**INSTRUCTIONS TO FOLLOW:** From the data below, copy exactly the lines that lie between the one holding "f 486 489 415" and the one holding "f 329 38 41", including both, and nothing more.

**DATA FOR THIS EXERCISE:**

------------------------------------

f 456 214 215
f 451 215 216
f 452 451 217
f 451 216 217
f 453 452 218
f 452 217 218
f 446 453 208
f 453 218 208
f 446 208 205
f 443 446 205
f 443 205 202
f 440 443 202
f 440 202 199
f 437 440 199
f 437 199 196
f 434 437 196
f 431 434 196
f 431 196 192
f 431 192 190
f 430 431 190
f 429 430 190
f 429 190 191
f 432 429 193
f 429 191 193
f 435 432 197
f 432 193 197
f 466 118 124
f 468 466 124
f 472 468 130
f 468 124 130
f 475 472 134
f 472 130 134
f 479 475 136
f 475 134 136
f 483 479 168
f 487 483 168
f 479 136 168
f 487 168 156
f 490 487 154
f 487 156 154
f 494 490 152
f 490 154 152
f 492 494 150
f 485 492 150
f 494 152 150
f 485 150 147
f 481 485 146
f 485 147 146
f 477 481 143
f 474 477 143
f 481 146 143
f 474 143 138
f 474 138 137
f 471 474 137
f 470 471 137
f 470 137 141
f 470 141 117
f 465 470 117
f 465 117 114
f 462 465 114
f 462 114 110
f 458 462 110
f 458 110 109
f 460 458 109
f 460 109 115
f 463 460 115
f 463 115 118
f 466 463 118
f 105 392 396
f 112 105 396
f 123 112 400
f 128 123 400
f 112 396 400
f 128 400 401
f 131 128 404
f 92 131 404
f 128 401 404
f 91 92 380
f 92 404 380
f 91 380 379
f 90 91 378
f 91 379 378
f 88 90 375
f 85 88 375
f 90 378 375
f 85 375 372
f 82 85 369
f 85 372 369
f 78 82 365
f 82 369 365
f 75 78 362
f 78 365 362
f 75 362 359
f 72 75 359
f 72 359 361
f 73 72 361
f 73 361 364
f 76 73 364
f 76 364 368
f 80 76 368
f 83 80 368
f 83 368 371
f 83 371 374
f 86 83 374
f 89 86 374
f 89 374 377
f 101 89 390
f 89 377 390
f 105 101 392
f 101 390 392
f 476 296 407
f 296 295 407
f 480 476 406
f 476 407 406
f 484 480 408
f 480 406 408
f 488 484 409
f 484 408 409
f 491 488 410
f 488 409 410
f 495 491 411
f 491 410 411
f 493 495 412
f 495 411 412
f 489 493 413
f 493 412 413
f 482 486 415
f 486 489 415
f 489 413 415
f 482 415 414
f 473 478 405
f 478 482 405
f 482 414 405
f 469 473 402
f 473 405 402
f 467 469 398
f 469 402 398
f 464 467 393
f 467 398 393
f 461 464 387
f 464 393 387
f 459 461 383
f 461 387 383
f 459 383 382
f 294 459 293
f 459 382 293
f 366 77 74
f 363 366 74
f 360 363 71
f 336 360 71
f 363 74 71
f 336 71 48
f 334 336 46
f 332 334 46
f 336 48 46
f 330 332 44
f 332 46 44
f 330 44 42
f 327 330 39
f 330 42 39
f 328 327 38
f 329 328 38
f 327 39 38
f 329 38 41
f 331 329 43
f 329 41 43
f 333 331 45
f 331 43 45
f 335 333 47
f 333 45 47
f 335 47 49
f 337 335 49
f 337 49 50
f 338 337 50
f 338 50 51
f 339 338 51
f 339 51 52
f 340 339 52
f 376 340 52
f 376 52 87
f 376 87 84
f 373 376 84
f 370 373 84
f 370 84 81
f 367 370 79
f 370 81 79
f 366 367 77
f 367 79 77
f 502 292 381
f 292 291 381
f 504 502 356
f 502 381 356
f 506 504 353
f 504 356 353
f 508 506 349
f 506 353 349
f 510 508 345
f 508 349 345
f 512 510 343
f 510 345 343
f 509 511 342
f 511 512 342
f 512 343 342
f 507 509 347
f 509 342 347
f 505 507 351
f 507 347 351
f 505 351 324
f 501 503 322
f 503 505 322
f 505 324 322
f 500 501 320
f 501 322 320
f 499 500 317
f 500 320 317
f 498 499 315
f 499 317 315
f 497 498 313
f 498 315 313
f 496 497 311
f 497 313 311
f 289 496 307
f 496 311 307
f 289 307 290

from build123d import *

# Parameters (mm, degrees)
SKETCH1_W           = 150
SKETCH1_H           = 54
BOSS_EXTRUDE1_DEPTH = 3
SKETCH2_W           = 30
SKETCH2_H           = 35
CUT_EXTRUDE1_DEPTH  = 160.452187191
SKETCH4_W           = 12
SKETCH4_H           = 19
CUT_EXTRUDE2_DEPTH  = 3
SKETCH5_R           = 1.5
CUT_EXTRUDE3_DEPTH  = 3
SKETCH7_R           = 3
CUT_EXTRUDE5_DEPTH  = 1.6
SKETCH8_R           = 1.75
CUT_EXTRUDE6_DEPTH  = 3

------------------------------------

**TASK SOLUTION:**
f 486 489 415
f 489 413 415
f 482 415 414
f 473 478 405
f 478 482 405
f 482 414 405
f 469 473 402
f 473 405 402
f 467 469 398
f 469 402 398
f 464 467 393
f 467 398 393
f 461 464 387
f 464 393 387
f 459 461 383
f 461 387 383
f 459 383 382
f 294 459 293
f 459 382 293
f 366 77 74
f 363 366 74
f 360 363 71
f 336 360 71
f 363 74 71
f 336 71 48
f 334 336 46
f 332 334 46
f 336 48 46
f 330 332 44
f 332 46 44
f 330 44 42
f 327 330 39
f 330 42 39
f 328 327 38
f 329 328 38
f 327 39 38
f 329 38 41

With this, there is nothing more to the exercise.